## WHAT TO DO:
Every line in the data below that has the word "SUBTRACT" should be returned.

[Saved entries]
----------------

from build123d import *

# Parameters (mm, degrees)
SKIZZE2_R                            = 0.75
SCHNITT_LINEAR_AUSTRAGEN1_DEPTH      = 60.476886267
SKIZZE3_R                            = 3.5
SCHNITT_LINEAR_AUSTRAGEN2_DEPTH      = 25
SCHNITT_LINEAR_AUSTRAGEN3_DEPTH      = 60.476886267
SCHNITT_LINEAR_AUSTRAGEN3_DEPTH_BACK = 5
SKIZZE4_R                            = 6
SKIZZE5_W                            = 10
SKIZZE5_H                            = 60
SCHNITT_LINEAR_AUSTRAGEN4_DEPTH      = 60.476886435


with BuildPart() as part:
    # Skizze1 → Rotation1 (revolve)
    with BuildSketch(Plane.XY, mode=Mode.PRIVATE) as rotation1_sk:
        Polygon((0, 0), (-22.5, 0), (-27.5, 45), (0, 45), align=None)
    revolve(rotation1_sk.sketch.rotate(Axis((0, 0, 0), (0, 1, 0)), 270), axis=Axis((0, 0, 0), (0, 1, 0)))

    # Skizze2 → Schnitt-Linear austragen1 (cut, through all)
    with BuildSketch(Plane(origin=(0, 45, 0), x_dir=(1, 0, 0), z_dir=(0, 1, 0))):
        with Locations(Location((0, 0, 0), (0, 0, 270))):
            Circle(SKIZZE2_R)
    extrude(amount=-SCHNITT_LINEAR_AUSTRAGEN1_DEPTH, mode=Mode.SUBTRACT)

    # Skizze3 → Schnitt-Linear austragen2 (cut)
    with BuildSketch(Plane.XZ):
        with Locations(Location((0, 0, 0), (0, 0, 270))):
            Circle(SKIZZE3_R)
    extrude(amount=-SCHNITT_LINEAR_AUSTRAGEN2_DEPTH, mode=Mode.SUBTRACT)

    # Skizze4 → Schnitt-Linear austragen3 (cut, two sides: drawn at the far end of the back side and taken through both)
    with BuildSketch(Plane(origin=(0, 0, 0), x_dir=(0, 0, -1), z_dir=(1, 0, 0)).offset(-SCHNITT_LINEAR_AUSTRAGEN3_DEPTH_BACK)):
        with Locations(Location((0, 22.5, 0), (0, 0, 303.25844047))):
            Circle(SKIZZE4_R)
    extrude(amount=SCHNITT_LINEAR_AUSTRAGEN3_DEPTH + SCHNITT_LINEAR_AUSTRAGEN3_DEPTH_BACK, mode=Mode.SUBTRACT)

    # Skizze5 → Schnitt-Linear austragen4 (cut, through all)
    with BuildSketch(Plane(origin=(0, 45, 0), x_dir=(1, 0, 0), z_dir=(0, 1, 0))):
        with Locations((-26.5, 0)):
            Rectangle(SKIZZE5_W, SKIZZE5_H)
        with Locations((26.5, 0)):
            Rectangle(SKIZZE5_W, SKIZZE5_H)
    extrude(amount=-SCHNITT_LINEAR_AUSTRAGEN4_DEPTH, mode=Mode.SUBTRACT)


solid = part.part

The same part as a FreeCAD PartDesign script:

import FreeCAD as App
import Part
import Sketcher

V = App.Vector


def add_polygon(sketch, points):
    """Adds a closed chain of lines whose ends are joined by coincident constraints."""
    first, n = sketch.GeometryCount, len(points)
    for a, b in zip(points, points[1:] + points[:1]):
        sketch.addGeometry(Part.LineSegment(App.Vector(*a, 0), App.Vector(*b, 0)), False)
    for i in range(n):
        sketch.addConstraint(Sketcher.Constraint("Coincident", first + i, 2, first + (i + 1) % n, 1))

doc = App.newDocument("Part")
body = doc.addObject("PartDesign::Body", "Body")

# Sketch on XY plane
sketch1 = body.newObject("Sketcher::SketchObject", "Sketch")
sketch1.AttachmentSupport = (doc.getObject("XY_Plane"), [""])
sketch1.MapMode = "FlatFace"
add_polygon(sketch1, [(-22, 0), (0, 0), (0, 45), (-28, 45)])  # lines 0-3
sketch1.addConstraint(Sketcher.Constraint("Horizontal", 0))
sketch1.addConstraint(Sketcher.Constraint("Vertical", 1))
sketch1.addConstraint(Sketcher.Constraint("Horizontal", 2))
sketch1.addConstraint(Sketcher.Constraint("Coincident", 0, 2, -1, 1))
sketch1.addConstraint(Sketcher.Constraint("DistanceY", 1, 1, 1, 2, 45.0))
sketch1.addConstraint(Sketcher.Constraint("DistanceX", 0, 1, 0, 2, 22.5))
sketch1.addConstraint(Sketcher.Constraint("DistanceX", 2, 2, 2, 1, 27.5))
revolution = body.newObject("PartDesign::Revolution", "Revolution")
revolution.Profile = sketch1
revolution.ReferenceAxis = (sketch1, ["V_Axis"])
revolution.Angle = 360

# Sketch on XZ plane
sketch2 = body.newObject("Sketcher::SketchObject", "Sketch001")
sketch2.AttachmentSupport = (doc.getObject("XZ_Plane"), [""])
sketch2.MapMode = "FlatFace"
sketch2.AttachmentOffset = App.Placement(V(0, 0, -45), App.Rotation())
sketch2.addGeometry(Part.Circle(V(0, 0, 0), V(0, 0, 1), 0.8), False)
sketch2.addConstraint(Sketcher.Constraint("Coincident", 0, 3, -1, 1))
sketch2.addConstraint(Sketcher.Constraint("Diameter", 0, 1.5))
pocket1 = body.newObject("PartDesign::Pocket", "Pocket")
pocket1.Profile = sketch2
pocket1.Type = "ThroughAll"
pocket1.Reversed = True

# Sketch on XZ plane
sketch3 = body.newObject("Sketcher::SketchObject", "Sketch002")
sketch3.AttachmentSupport = (doc.getObject("XZ_Plane"), [""])
sketch3.MapMode = "FlatFace"
sketch3.addGeometry(Part.Circle(V(0, 0, 0), V(0, 0, 1), 3.5), False)
sketch3.addConstraint(Sketcher.Constraint("Coincident", 0, 3, -1, 1))
sketch3.addConstraint(Sketcher.Constraint("Diameter", 0, 7.0))
pocket2 = body.newObject("PartDesign::Pocket", "Pocket001")
pocket2.Profile = sketch3
pocket2.Length = 25

# Sketch on YZ plane
sketch4 = body.newObject("Sketcher::SketchObject", "Sketch003")
sketch4.AttachmentSupport = (doc.getObject("YZ_Plane"), [""])
sketch4.MapMode = "FlatFace"
sketch4.addGeometry(Part.Circle(V(22, 0, 0), V(0, 0, 1), 6), False)
sketch4.addConstraint(Sketcher.Constraint("PointOnObject", 0, 3, -1))
sketch4.addConstraint(Sketcher.Constraint("Diameter", 0, 12.0))
sketch4.addConstraint(Sketcher.Constraint("DistanceX", -1, 1, 0, 3, 22.5))
pocket3 = body.newObject("PartDesign::Pocket", "Pocket002")
pocket3.Profile = sketch4
pocket3.Type = "TwoLengths"
pocket3.Length = 60.476886
pocket3.Length2 = 5
pocket3.Reversed = True

# Sketch on XZ plane
sketch5 = body.newObject("Sketcher::SketchObject", "Sketch004")
sketch5.AttachmentSupport = (doc.getObject("XZ_Plane"), [""])
sketch5.MapMode = "FlatFace"
sketch5.AttachmentOffset = App.Placement(V(0, 0, -45), App.Rotation())
add_polygon(sketch5, [(-32, -30), (-32, 30), (-22, 30), (-22, -30)])  # lines 0-3
add_polygon(sketch5, [(22, -30), (22, 30), (32, 30), (32, -30)])  # lines 4-7
sketch5.addConstraint(Sketcher.Constraint("Vertical", 0))
sketch5.addConstraint(Sketcher.Constraint("Horizontal", 1))
sketch5.addConstraint(Sketcher.Constraint("Vertical", 2))
sketch5.addConstraint(Sketcher.Constraint("Horizontal", 3))
sketch5.addConstraint(Sketcher.Constraint("Vertical", 4))
sketch5.addConstraint(Sketcher.Constraint("Horizontal", 5))
sketch5.addConstraint(Sketcher.Constraint("Vertical", 6))
sketch5.addConstraint(Sketcher.Constraint("Horizontal", 7))
sketch5.addConstraint(Sketcher.Constraint("Symmetric", 2, 2, 4, 2, -1, 1))
sketch5.addConstraint(Sketcher.Constraint("Symmetric", 0, 2, 6, 2, -1, 1))
sketch5.addConstraint(Sketcher.Constraint("Horizontal", 1, 2, 4, 2))
sketch5.addConstraint(Sketcher.Constraint("DistanceX", 1, 1, 1, 2, 10.0))
sketch5.addConstraint(Sketcher.Constraint("DistanceY", 0, 1, 0, 2, 60.0))
sketch5.addConstraint(Sketcher.Constraint("DistanceX", 1, 2, 4, 2, 43.0))
pocket4 = body.newObject("PartDesign::Pocket", "Pocket003")
pocket4.Profile = sketch5
pocket4.Type = "ThroughAll"
pocket4.Reversed = True

doc.recompute()
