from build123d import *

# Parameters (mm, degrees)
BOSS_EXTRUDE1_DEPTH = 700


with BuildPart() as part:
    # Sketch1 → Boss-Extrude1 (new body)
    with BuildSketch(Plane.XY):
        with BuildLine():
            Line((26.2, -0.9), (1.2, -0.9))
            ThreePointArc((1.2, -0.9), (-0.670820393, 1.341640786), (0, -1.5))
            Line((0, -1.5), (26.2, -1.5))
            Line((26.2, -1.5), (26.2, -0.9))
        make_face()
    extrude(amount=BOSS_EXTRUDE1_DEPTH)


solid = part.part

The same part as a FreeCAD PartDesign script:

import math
import FreeCAD as App
import Part
import Sketcher
Q = App.Units.Quantity

doc = App.newDocument("Part")
params = doc.addObject("Spreadsheet::Sheet", "Params")
for row, (alias, value) in enumerate([
    ("sketch1_radius", "1.5 mm"),
    ("sketch1_width", "25 mm"),
    ("sketch1_width2", "26.2 mm"),
    ("pad1_length", "700 mm"),
], start=1):
    params.set(f"A{row}", alias)
    params.set(f"B{row}", "=" + value)
    params.setAlias(f"B{row}", alias)

body = doc.addObject("PartDesign::Body", "Body")

# Sketch on XY plane
sketch1 = body.newObject("Sketcher::SketchObject", "Sketch")
sketch1.AttachmentSupport = (doc.getObject("XY_Plane"), [""])
sketch1.MapMode = "FlatFace"
sketch1.addGeometry([
    Part.LineSegment(App.Vector(26.2, -0.9, 0), App.Vector(1.2, -0.9, 0)),
    Part.ArcOfCircle(Part.Circle(App.Vector(0, 0, 0), App.Vector(0, 0, 1), 1.5), math.radians(-37), math.radians(270)),
    Part.LineSegment(App.Vector(0, -1.5, 0), App.Vector(26.2, -1.5, 0)),
    Part.LineSegment(App.Vector(26.2, -1.5, 0), App.Vector(26.2, -0.9, 0)),
], False)
sketch1.addConstraint([
    Sketcher.Constraint("Coincident", 0, 2, 1, 1),
    Sketcher.Constraint("Tangent", 1, 2, 2, 1),
    Sketcher.Constraint("Coincident", 2, 2, 3, 1),
    Sketcher.Constraint("Coincident", 3, 2, 0, 1),
    Sketcher.Constraint("Horizontal", 0),
    Sketcher.Constraint("Horizontal", 2),
    Sketcher.Constraint("Vertical", 3),
    Sketcher.Constraint("Coincident", 1, 3, -1, 1),
    Sketcher.Constraint("Radius", 1, Q("1.5 mm")),
    Sketcher.Constraint("DistanceX", 0, 2, 0, 1, Q("25 mm")),
    Sketcher.Constraint("DistanceX", 2, 1, 2, 2, Q("26.2 mm")),
])
sketch1.setExpression("Constraints[8]", "Params.sketch1_radius")
sketch1.setExpression("Constraints[9]", "Params.sketch1_width")
sketch1.setExpression("Constraints[10]", "Params.sketch1_width2")
pad1 = body.newObject("PartDesign::Pad", "Pad")
pad1.Profile = sketch1
pad1.setExpression("Length", "Params.pad1_length")

doc.recompute()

----------------

## RESPONSE FOR THIS EXERCISE:
    extrude(amount=-SCHNITT_LINEAR_AUSTRAGEN1_DEPTH, mode=Mode.SUBTRACT)
    extrude(amount=-SCHNITT_LINEAR_AUSTRAGEN2_DEPTH, mode=Mode.SUBTRACT)
    extrude(amount=SCHNITT_LINEAR_AUSTRAGEN3_DEPTH + SCHNITT_LINEAR_AUSTRAGEN3_DEPTH_BACK, mode=Mode.SUBTRACT)
    extrude(amount=-SCHNITT_LINEAR_AUSTRAGEN4_DEPTH, mode=Mode.SUBTRACT)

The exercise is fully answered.